## PROBLEM TO WORK ON
Below are records; reproduce exactly the lines from the first through the one containing "#9=(NAMED_UNIT(*)PLANE_ANGLE_UNIT()SI_UNIT($,.RADIAN.));".

## EXTRACTED ENTRIES
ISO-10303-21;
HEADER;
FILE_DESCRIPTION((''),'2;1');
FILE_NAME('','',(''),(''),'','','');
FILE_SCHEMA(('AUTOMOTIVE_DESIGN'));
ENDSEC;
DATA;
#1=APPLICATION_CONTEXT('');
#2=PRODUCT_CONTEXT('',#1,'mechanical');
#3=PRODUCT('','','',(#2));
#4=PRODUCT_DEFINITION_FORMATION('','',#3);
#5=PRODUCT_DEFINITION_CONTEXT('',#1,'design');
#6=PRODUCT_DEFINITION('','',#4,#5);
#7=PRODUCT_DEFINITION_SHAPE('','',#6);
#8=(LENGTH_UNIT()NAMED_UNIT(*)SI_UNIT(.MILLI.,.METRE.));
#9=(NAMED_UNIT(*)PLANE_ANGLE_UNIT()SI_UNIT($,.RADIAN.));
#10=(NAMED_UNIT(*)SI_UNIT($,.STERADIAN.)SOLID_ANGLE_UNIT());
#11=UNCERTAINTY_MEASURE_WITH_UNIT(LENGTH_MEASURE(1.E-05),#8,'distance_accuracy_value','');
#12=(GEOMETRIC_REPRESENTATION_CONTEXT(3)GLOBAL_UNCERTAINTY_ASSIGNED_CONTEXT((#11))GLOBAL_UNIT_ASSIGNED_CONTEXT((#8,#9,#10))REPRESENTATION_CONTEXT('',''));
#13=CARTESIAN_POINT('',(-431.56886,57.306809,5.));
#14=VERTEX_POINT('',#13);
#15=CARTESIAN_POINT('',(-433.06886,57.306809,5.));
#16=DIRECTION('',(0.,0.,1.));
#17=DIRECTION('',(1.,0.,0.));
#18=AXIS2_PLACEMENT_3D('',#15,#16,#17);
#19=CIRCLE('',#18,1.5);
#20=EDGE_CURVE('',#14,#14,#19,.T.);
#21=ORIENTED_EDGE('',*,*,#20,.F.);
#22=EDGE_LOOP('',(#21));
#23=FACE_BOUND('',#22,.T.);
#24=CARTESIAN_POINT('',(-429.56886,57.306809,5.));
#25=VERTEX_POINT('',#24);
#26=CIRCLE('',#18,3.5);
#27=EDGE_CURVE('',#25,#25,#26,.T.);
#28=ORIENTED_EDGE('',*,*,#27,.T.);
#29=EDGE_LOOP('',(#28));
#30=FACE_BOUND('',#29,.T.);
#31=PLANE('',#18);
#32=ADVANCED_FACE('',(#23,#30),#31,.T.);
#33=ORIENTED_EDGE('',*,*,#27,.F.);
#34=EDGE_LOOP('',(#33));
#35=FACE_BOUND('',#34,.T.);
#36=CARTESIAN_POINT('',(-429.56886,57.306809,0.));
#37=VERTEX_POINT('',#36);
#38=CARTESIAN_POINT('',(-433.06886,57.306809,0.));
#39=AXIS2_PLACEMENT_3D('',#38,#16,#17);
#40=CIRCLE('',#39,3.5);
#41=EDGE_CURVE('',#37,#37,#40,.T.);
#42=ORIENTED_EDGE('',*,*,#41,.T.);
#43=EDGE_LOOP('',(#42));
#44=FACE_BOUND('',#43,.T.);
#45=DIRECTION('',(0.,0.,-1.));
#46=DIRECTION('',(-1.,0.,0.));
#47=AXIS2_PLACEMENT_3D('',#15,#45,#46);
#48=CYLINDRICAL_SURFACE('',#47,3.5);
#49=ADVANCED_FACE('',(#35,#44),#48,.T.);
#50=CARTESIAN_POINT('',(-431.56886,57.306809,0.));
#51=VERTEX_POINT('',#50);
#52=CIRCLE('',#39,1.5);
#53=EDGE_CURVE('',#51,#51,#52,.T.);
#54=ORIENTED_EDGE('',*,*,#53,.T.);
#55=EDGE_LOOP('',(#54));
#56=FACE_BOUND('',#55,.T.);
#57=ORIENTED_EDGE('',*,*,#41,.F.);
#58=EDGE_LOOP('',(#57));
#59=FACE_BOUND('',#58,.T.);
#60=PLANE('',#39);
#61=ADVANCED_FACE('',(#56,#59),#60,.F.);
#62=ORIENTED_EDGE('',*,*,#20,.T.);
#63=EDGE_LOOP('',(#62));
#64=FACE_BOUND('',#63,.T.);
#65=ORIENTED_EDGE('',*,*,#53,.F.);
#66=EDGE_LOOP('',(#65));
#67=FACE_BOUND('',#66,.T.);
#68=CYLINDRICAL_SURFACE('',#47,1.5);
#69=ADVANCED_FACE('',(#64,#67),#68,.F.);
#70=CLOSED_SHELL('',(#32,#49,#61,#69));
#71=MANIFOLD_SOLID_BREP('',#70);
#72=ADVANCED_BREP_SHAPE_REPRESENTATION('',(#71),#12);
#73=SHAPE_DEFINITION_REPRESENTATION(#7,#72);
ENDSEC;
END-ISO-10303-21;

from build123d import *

# Parameters (mm, degrees)
ESQUISSE1_R        = 3.500000067
ESQUISSE1_R_2      = 1.500000067
BOSS_EXTRU_1_DEPTH = 5


with BuildPart() as part:
    # Esquisse1 → Boss.-Extru.1 (new body)
    with BuildSketch(Plane.XY):
        with Locations((-433.068859933, 57.306809003)):
            Circle(ESQUISSE1_R)
        with Locations((-433.068859933, 57.306809003)):
            Circle(ESQUISSE1_R_2, mode=Mode.SUBTRACT)
    extrude(amount=BOSS_EXTRU_1_DEPTH)


solid = part.part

## RESPONSE TO THE TASK
ISO-10303-21;
HEADER;
FILE_DESCRIPTION((''),'2;1');
FILE_NAME('','',(''),(''),'','','');
FILE_SCHEMA(('AUTOMOTIVE_DESIGN'));
ENDSEC;
DATA;
#1=APPLICATION_CONTEXT('');
#2=PRODUCT_CONTEXT('',#1,'mechanical');
#3=PRODUCT('','','',(#2));
#4=PRODUCT_DEFINITION_FORMATION('','',#3);
#5=PRODUCT_DEFINITION_CONTEXT('',#1,'design');
#6=PRODUCT_DEFINITION('','',#4,#5);
#7=PRODUCT_DEFINITION_SHAPE('','',#6);
#8=(LENGTH_UNIT()NAMED_UNIT(*)SI_UNIT(.MILLI.,.METRE.));
#9=(NAMED_UNIT(*)PLANE_ANGLE_UNIT()SI_UNIT($,.RADIAN.));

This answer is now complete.